Information given:
______________________________
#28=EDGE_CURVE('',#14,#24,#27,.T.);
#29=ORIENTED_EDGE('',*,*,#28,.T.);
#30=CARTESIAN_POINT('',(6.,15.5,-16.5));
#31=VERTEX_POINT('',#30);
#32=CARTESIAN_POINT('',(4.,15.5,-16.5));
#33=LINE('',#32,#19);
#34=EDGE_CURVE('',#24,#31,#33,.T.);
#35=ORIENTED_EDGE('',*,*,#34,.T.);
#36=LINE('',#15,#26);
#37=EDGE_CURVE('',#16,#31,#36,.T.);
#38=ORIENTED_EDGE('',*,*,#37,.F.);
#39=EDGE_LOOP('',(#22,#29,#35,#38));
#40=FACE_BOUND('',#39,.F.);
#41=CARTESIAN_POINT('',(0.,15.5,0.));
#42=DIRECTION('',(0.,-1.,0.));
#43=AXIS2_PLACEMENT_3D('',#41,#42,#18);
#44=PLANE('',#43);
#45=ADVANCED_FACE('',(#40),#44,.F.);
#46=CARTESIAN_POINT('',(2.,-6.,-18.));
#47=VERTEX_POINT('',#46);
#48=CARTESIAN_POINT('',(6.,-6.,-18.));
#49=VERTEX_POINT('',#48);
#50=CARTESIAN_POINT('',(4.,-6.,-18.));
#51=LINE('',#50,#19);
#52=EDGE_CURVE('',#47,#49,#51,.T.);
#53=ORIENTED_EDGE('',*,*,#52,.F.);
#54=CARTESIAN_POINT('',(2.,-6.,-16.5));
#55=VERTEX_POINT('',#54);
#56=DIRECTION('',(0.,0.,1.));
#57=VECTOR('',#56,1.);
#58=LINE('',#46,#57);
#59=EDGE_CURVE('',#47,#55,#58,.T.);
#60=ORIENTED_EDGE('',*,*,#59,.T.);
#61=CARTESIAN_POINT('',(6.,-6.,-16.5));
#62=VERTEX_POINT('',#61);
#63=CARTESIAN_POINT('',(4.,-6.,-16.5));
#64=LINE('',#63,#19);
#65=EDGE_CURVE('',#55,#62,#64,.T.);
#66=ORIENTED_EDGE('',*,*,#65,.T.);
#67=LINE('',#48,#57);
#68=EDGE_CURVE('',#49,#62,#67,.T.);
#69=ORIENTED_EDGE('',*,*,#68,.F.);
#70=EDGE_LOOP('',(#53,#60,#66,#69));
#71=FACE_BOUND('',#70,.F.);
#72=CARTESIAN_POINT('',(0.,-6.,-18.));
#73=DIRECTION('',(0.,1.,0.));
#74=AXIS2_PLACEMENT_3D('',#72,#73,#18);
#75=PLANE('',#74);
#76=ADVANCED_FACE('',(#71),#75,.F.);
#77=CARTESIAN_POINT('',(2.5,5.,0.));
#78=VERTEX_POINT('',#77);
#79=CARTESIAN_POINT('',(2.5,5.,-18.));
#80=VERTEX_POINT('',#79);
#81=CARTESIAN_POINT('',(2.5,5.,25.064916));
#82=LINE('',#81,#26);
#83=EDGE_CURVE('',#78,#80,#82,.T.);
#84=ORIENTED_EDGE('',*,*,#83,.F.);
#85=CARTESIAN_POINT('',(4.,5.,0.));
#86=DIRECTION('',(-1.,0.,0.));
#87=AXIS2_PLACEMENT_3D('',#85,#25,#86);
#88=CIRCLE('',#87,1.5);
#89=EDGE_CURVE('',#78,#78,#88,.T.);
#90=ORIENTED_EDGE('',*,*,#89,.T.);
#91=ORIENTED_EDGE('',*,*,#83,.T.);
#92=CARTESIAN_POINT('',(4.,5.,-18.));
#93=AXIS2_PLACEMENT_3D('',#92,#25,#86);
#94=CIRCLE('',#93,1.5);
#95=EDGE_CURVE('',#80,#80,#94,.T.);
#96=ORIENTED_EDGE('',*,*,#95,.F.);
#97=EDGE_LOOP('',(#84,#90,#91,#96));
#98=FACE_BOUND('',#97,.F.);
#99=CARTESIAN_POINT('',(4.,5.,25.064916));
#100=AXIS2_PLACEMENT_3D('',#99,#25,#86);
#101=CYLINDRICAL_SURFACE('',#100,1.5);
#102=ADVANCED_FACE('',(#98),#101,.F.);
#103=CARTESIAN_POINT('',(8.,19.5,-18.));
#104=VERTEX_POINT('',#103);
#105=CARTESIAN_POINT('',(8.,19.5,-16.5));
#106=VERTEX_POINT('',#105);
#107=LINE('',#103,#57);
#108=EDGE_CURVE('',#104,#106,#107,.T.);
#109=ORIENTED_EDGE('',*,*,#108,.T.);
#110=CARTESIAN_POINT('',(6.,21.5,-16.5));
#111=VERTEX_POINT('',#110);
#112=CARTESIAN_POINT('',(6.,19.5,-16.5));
______________________________
Problem to solve:
Print exactly the lines above, between the one holding "#49=VERTEX_POINT('',#48);" and the one holding "#75=PLANE('',#74);", inclusive, and nothing besides.

Task output:
#49=VERTEX_POINT('',#48);
#50=CARTESIAN_POINT('',(4.,-6.,-18.));
#51=LINE('',#50,#19);
#52=EDGE_CURVE('',#47,#49,#51,.T.);
#53=ORIENTED_EDGE('',*,*,#52,.F.);
#54=CARTESIAN_POINT('',(2.,-6.,-16.5));
#55=VERTEX_POINT('',#54);
#56=DIRECTION('',(0.,0.,1.));
#57=VECTOR('',#56,1.);
#58=LINE('',#46,#57);
#59=EDGE_CURVE('',#47,#55,#58,.T.);
#60=ORIENTED_EDGE('',*,*,#59,.T.);
#61=CARTESIAN_POINT('',(6.,-6.,-16.5));
#62=VERTEX_POINT('',#61);
#63=CARTESIAN_POINT('',(4.,-6.,-16.5));
#64=LINE('',#63,#19);
#65=EDGE_CURVE('',#55,#62,#64,.T.);
#66=ORIENTED_EDGE('',*,*,#65,.T.);
#67=LINE('',#48,#57);
#68=EDGE_CURVE('',#49,#62,#67,.T.);
#69=ORIENTED_EDGE('',*,*,#68,.F.);
#70=EDGE_LOOP('',(#53,#60,#66,#69));
#71=FACE_BOUND('',#70,.F.);
#72=CARTESIAN_POINT('',(0.,-6.,-18.));
#73=DIRECTION('',(0.,1.,0.));
#74=AXIS2_PLACEMENT_3D('',#72,#73,#18);
#75=PLANE('',#74);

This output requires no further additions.